# WORK INSTRUCTIONS
The answer is every line of the records that holds the word "revolution", copied in full.

Data excerpts
+ + + +
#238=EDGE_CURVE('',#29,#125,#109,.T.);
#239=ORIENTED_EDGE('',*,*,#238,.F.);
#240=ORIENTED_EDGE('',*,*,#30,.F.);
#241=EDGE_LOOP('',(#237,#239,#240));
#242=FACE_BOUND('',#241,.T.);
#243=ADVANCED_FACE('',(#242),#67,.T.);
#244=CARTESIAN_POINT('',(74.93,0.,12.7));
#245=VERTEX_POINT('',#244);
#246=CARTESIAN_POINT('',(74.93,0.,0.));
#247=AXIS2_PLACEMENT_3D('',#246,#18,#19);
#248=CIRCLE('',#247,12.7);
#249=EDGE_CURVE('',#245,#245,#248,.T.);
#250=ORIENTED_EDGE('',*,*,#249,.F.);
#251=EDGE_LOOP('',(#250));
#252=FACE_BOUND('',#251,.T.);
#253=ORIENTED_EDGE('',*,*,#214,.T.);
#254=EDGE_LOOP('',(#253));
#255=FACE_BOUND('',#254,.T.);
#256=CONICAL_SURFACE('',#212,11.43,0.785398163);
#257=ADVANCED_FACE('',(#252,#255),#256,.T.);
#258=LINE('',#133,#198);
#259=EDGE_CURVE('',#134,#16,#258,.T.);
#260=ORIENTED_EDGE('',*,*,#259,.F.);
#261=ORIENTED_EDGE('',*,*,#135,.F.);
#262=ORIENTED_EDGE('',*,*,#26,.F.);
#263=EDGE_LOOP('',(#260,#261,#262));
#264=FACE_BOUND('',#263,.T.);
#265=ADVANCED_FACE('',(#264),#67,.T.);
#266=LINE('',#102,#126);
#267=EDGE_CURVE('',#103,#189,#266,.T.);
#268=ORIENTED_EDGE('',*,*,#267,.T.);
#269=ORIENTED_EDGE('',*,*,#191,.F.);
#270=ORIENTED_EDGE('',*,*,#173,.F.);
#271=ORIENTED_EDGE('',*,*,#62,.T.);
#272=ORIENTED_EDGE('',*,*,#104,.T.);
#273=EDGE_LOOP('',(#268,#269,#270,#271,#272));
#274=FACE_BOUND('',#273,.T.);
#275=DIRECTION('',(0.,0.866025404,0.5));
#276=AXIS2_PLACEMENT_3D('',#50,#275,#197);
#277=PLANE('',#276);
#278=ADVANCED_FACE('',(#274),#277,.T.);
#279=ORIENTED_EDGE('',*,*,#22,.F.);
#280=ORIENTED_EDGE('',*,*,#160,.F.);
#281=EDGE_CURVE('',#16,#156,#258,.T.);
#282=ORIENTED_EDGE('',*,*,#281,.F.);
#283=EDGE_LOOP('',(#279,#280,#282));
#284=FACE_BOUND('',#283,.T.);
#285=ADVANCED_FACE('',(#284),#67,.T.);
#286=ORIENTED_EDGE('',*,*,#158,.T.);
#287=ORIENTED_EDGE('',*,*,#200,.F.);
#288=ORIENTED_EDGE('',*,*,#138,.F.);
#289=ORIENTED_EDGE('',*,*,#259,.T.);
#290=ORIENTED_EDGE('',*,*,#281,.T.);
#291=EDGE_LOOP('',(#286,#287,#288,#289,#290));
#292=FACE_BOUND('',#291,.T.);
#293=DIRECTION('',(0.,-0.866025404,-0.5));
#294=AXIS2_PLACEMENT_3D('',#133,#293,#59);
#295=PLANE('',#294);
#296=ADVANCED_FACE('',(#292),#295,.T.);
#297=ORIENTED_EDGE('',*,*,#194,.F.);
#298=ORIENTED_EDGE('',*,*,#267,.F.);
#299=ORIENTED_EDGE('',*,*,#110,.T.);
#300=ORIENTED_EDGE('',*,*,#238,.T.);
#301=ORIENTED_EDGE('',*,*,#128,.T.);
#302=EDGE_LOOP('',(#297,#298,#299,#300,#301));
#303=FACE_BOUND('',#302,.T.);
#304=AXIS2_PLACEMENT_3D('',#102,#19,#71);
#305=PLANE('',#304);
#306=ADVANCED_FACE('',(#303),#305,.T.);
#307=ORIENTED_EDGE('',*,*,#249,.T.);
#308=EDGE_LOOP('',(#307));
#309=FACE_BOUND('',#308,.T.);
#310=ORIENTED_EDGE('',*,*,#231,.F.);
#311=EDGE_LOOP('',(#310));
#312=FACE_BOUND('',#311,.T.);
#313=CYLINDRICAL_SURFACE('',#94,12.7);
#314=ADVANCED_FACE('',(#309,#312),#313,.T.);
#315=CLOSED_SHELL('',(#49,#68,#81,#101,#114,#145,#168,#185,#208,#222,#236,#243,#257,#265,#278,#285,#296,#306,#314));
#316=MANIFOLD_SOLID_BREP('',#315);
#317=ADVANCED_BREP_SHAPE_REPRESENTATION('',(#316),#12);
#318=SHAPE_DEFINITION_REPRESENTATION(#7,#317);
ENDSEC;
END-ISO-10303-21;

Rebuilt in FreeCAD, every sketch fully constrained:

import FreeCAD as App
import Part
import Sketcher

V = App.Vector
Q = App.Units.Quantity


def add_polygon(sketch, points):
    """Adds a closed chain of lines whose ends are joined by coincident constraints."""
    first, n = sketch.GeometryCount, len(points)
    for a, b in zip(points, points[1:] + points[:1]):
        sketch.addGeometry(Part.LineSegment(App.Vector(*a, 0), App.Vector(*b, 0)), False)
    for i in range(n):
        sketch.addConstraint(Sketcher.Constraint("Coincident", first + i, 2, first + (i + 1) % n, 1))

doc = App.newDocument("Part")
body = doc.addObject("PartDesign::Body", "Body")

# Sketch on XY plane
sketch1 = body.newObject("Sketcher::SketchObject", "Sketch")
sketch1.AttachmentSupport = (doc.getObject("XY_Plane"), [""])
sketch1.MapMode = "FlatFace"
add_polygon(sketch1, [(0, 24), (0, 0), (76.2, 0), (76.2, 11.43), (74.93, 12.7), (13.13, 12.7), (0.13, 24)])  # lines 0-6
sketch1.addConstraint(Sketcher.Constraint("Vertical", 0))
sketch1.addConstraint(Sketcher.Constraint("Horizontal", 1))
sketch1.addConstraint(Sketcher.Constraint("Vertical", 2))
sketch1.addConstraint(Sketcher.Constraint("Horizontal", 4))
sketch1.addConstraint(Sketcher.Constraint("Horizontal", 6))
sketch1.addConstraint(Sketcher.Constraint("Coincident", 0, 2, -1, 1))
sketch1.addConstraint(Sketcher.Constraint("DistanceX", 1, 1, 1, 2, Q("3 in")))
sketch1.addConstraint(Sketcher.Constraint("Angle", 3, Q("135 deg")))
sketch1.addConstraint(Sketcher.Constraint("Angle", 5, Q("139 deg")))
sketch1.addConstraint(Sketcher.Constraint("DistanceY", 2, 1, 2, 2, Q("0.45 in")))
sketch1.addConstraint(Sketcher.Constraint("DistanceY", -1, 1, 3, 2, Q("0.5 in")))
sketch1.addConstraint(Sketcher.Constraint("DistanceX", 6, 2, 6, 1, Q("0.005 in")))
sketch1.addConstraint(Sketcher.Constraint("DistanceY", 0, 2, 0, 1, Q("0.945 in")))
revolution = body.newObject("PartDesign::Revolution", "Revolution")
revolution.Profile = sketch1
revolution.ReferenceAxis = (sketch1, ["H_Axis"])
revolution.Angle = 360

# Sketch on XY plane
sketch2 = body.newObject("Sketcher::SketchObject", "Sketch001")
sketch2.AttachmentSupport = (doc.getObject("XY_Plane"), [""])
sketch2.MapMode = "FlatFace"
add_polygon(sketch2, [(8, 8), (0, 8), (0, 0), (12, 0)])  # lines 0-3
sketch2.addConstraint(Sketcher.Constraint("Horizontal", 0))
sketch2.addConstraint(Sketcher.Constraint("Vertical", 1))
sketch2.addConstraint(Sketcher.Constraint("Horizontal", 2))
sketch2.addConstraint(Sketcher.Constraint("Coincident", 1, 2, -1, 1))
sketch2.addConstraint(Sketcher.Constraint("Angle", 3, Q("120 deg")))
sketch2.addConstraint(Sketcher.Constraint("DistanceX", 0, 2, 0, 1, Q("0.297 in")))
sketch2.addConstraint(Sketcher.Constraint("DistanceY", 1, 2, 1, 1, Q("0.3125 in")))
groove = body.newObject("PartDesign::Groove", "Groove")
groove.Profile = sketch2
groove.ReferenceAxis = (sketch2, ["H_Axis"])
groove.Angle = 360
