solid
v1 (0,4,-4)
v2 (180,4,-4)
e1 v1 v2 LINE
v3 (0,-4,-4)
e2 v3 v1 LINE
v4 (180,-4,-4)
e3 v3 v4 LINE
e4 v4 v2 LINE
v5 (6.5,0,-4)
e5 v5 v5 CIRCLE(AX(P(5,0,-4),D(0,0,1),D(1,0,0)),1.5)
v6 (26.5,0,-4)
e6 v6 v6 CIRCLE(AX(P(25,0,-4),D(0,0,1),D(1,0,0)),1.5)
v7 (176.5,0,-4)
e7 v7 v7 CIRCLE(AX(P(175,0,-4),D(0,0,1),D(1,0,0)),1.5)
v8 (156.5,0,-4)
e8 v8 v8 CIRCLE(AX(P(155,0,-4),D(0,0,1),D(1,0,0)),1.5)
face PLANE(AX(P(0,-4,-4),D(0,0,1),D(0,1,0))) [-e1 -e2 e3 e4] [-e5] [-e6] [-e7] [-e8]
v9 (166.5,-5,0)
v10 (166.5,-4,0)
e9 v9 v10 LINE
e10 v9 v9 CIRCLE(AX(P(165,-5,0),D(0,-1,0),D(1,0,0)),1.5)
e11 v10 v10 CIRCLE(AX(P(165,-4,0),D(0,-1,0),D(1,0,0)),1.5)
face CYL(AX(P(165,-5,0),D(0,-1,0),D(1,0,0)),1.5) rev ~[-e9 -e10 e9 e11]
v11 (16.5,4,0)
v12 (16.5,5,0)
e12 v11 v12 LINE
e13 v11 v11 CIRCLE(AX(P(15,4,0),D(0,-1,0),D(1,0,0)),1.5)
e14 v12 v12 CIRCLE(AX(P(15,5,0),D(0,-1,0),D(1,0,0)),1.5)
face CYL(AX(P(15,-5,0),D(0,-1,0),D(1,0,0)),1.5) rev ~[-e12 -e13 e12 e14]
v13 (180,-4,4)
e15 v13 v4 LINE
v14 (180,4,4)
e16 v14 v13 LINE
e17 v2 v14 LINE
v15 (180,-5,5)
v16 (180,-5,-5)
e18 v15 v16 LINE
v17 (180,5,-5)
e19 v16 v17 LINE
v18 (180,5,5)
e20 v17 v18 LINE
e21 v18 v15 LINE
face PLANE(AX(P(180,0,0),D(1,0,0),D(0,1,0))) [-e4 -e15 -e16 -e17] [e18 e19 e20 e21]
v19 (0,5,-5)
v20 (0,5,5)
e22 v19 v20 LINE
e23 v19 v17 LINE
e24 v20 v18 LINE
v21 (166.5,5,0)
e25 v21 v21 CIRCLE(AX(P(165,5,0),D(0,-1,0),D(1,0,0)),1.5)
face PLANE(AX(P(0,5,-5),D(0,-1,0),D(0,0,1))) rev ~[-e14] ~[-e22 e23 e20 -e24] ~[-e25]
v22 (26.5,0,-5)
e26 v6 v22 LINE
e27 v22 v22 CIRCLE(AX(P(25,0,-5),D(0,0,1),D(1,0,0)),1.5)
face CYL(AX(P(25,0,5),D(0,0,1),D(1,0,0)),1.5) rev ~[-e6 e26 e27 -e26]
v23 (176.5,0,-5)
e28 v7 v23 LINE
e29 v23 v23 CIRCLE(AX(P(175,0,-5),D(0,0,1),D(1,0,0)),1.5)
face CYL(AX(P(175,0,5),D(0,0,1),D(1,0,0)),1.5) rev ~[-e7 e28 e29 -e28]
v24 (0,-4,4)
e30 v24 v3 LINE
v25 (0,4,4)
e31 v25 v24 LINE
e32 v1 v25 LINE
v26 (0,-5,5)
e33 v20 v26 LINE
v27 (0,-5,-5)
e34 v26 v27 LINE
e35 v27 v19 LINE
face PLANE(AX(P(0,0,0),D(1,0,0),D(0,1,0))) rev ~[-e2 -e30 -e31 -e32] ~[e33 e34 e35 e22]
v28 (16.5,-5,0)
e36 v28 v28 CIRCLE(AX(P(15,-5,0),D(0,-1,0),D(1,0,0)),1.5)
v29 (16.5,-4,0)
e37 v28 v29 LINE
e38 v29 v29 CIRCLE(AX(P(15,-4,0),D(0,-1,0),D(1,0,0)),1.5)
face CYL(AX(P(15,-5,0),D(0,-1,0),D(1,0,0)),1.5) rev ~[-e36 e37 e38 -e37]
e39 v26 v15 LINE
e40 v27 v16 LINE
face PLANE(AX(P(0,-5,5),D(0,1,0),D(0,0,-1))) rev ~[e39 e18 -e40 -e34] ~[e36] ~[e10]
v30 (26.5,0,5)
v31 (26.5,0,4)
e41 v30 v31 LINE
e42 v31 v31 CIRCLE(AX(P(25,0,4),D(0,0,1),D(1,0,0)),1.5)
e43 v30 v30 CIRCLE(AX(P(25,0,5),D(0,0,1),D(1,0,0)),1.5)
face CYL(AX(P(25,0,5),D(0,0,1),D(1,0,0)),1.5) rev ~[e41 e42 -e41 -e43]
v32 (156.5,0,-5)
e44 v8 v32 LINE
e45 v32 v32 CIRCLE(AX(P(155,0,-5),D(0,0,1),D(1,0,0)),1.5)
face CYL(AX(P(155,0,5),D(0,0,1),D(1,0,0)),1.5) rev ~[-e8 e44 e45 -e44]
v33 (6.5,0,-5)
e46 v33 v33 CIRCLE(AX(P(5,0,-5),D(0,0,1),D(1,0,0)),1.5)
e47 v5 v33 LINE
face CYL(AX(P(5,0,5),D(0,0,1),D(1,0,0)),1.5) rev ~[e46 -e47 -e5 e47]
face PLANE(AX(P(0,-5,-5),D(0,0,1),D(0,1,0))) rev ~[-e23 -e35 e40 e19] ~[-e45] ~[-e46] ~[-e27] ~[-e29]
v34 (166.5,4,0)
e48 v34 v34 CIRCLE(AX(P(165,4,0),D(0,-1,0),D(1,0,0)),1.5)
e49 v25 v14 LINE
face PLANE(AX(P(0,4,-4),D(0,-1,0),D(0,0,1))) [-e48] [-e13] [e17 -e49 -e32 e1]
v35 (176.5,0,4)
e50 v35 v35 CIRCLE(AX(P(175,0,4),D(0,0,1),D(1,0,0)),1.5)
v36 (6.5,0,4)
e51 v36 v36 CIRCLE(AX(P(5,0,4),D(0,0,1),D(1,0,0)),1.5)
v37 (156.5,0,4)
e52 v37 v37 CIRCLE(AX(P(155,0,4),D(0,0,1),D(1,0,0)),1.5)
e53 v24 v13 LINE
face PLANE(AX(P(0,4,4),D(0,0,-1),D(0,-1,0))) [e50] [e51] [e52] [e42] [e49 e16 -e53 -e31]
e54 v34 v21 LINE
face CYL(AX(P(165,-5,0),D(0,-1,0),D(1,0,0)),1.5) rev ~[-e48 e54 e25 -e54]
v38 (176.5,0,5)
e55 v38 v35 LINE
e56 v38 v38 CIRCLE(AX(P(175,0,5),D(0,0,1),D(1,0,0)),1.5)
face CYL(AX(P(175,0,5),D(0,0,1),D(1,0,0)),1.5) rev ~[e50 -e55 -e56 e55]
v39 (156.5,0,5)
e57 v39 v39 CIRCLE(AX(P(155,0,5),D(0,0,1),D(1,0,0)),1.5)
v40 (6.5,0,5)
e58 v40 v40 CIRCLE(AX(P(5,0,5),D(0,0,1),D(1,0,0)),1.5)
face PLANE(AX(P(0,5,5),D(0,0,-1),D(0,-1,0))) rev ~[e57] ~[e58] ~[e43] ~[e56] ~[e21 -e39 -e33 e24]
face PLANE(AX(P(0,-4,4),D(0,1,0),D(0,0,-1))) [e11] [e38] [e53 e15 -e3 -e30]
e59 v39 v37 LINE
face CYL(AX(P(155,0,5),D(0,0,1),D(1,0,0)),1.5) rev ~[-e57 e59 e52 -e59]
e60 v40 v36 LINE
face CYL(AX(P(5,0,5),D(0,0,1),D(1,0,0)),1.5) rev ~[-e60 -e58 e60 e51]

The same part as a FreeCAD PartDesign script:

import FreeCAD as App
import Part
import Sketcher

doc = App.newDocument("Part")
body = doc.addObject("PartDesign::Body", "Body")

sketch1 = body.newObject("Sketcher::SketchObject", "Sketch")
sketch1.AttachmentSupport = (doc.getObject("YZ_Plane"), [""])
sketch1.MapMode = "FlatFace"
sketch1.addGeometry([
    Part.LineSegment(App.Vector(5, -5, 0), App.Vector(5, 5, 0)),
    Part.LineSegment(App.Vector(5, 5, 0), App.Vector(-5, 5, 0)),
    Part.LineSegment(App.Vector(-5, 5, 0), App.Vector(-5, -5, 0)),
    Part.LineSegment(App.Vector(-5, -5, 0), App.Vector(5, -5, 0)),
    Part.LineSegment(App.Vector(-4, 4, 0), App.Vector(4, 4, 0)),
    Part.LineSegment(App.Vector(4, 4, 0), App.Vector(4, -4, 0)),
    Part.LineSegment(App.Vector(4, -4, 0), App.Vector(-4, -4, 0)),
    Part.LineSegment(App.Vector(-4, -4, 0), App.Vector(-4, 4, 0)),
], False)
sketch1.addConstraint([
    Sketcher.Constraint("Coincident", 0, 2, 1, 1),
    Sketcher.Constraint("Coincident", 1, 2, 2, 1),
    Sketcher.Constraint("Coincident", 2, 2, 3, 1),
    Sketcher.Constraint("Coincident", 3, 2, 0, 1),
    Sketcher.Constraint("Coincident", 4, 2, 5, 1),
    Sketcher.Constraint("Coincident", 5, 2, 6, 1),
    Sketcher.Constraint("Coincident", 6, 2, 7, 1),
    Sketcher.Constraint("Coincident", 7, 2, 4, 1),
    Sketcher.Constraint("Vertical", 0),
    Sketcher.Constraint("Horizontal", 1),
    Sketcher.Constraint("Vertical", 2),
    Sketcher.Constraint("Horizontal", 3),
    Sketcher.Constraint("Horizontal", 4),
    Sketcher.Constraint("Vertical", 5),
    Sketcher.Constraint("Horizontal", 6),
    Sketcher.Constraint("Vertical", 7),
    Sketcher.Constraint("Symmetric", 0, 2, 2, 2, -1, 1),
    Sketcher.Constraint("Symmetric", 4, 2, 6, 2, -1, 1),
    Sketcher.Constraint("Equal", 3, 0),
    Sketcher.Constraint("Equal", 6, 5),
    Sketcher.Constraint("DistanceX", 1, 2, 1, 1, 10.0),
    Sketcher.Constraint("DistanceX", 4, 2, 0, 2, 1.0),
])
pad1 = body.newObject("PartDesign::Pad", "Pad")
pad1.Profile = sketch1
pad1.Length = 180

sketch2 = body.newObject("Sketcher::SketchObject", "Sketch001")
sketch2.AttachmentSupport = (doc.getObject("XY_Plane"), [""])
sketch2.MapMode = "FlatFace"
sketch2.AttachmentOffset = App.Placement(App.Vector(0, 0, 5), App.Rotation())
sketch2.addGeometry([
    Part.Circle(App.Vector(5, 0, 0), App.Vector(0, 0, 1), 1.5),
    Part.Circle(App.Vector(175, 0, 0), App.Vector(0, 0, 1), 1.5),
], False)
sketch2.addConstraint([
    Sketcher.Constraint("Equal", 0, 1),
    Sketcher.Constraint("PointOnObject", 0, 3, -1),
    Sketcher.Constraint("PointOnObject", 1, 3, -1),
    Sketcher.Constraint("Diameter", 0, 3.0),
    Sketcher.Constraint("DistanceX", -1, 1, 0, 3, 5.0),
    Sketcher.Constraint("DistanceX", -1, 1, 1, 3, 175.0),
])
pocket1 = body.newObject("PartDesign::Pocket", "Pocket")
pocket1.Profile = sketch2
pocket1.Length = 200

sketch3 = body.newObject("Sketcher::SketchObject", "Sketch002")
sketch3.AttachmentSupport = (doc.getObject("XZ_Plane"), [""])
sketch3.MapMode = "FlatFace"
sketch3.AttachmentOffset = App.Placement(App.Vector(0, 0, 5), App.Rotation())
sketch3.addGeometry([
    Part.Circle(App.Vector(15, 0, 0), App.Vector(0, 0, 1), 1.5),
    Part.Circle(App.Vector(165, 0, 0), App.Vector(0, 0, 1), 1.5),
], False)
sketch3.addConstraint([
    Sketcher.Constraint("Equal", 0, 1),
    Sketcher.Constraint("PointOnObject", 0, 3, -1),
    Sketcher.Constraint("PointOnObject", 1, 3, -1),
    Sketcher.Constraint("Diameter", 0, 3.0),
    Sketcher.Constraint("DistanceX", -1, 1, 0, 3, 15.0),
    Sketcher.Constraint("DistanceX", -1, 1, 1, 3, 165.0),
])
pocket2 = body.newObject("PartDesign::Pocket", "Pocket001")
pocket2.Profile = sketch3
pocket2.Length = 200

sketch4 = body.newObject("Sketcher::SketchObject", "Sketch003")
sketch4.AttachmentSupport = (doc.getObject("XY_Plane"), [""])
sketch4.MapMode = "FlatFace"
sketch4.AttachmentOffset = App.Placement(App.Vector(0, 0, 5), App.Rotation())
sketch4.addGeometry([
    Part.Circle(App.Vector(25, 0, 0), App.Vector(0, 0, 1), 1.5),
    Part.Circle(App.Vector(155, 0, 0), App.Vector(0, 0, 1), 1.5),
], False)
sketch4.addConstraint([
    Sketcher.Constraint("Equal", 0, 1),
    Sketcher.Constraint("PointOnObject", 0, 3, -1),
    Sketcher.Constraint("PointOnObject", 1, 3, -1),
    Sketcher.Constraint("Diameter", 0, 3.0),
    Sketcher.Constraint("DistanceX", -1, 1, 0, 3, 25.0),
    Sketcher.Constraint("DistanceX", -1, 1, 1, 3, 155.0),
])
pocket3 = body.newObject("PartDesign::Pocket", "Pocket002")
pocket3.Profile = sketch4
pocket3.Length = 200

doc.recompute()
+ + + +
# EXERCISE SOLUTION
revolution = body.newObject("PartDesign::Revolution", "Revolution")
revolution.Profile = sketch1
revolution.ReferenceAxis = (sketch1, ["H_Axis"])
revolution.Angle = 360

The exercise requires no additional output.